Gli scettici, tra cui l’ente americano U.S. Geological Survey, sostengono che si tratti di coincidenze e leggende. Secondo altri ricercatori, si tratta di fenomeni legati alla memoria selettiva: le persone si ricordano dei comportamenti atipici degli animali perché seguiti da un evento così traumatizzante come, appunto, un terremoto. Gli stessi comportamenti, non seguiti da un sisma, non verrebbero notati e quindi ricordati.

«In parte, il fenomeno può essere spiegato così - continua il biologo inglese -. Ma è riduttivo spiegarlo solo in questo modo». E, infatti, anche la scienza ammette che alcune abilità sensoriali degli animali sono decisamente superiori alle nostre. Gli uccelli, per esempio, sono in grado di percepire i cambiamenti di pressione atmosferica, mentre gli squali si spostano in profondità, quando percepiscono il cambiamento di pressione idrostatica che precede un uragano. Gli elefanti sentono gli infrasuoni e questa capacità così sofisticata potrebbe aver salvato alcuni esemplari che si trovavano nel parco di Yala, nello Sri Lanka, durante lo tsunami del 2004. In questo parco l’onda gigante ha ucciso 40 persone, ma nessuna carcassa di animale è stata trovata.

Sismografo naturale
Un buon udito, però, non è l’unico «sismografo» naturale. In alcuni casi, più che di un buon orecchio, potrebbe trattarsi di un buon naso. «I cani hanno una sensibilità agli odori molto accentuata - spiega Sheldrake - e si è suggerito che potrebbero rispondere ad alcuni gas rilasciati prima di un terremoto». L’indiziato principale, comunque, è il campo magnetico o, meglio, il suo variare durante i terremoti. «Sono certo che il meccanismo principale alla base della percezione degli animali delle catastrofi naturali - sottolinea il geologo statunitense Jim Berkland - risieda nelle fluttuazioni della Terra. Non solo durante un sisma, ma anche durante uno tsunami, si verifica un cambiamento del campo: gli stress della crosta terrestre, in un caso e nell’altro, sprigionano una forte energia elettromagnetica. E’ proprio questa variazione - aggiunge - che gli animali potrebbero sentire. D’altra parte, la sensibilità al campo magnetico terrestre degli uccelli migratori è nota da tempo». Ma come tradurre questi indizi in verità scientifica? «Non è facile, anche perché si fanno pochi studi in questo settore - continua Berkland -. Io cerco di prevedere i terremoti contando gli annunci sui giornali di gatti e cani smarriti e non è un caso che nei giorni che precedono un sisma le cifre si impennino. E’ così che nell’89 ho previsto il terremoto di Loma Prieta, nella Baia di San Francisco: nei giorni precedenti erano scappati 27 gatti, rispetto ai 5-6 della media e ben 58 cani, contro i 15-20 abituali».

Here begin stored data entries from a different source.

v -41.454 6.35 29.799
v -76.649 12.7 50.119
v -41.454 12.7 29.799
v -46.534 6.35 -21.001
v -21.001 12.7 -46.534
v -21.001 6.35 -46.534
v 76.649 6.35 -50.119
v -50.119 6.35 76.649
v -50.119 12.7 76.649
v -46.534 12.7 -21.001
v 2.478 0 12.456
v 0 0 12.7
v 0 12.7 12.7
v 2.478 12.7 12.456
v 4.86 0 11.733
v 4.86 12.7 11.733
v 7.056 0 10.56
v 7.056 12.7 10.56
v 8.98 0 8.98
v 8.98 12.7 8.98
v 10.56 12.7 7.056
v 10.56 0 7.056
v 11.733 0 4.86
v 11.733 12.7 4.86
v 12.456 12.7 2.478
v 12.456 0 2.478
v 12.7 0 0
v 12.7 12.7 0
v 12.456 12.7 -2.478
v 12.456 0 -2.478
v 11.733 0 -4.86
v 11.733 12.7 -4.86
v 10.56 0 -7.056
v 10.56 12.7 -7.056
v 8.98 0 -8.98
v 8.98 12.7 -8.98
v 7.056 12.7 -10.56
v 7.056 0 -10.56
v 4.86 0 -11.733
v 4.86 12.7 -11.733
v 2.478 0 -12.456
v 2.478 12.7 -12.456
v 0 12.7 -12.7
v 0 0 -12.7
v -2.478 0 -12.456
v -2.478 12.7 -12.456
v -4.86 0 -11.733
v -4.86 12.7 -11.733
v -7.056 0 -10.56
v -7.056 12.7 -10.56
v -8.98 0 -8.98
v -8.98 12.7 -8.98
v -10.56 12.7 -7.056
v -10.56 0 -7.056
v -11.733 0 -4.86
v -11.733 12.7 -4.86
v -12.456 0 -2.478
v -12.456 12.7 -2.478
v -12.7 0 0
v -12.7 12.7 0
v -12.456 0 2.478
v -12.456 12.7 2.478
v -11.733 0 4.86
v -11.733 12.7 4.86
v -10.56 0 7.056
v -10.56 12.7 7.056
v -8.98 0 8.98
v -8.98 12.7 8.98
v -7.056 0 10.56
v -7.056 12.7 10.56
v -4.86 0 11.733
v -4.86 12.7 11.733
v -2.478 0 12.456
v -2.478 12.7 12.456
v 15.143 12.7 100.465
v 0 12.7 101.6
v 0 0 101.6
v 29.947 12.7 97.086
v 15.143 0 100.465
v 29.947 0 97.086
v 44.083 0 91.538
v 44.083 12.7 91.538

La sensibilità dei pesci gatto
La teoria elettromagnetica rimane la preferita anche per Sheldrake. «In Giappone, all’Università di Osaka, hanno in piedi uno studio che ha mostrato la sensibilità dei pesci gatto alle variazioni elettromagnetiche». Ma non è tutto. «Io propongo anche una teoria alternativa - prosegue il biologo -. Molti animali potrebbero percepire il terremoto grazie a un particolare senso, non ancora identificato».

La scienza «classica», naturalmente, liquida le teorie della premonizione come leggende non dimostrabili e anche la possibilità della percezione elettromagnetica resta in larga misura non verificata. «E’ vero - conclude, polemicamente, Jim Berkland -. Perlopiù, la scienza, anche se non tutti i ricercatori, bolla queste ipotesi come semplice aneddotica. Ma io rispondo che uno scienziato che non sa ascoltare la Natura, quando parla, non è un vero scienziato». E, intanto, in Cina, un comunicato stampa della Wologon National Nature Reserve - che ospita la più grande popolazione di panda in cattività - ha fatto sapere che tutti i suoi ospiti sono al sicuro. Per quanto riguarda quelli in libertà i ricercatori sono tranquilli: si devono essere spostati su terreni più alti... il terremoto non li ha certo colti di sorpresa.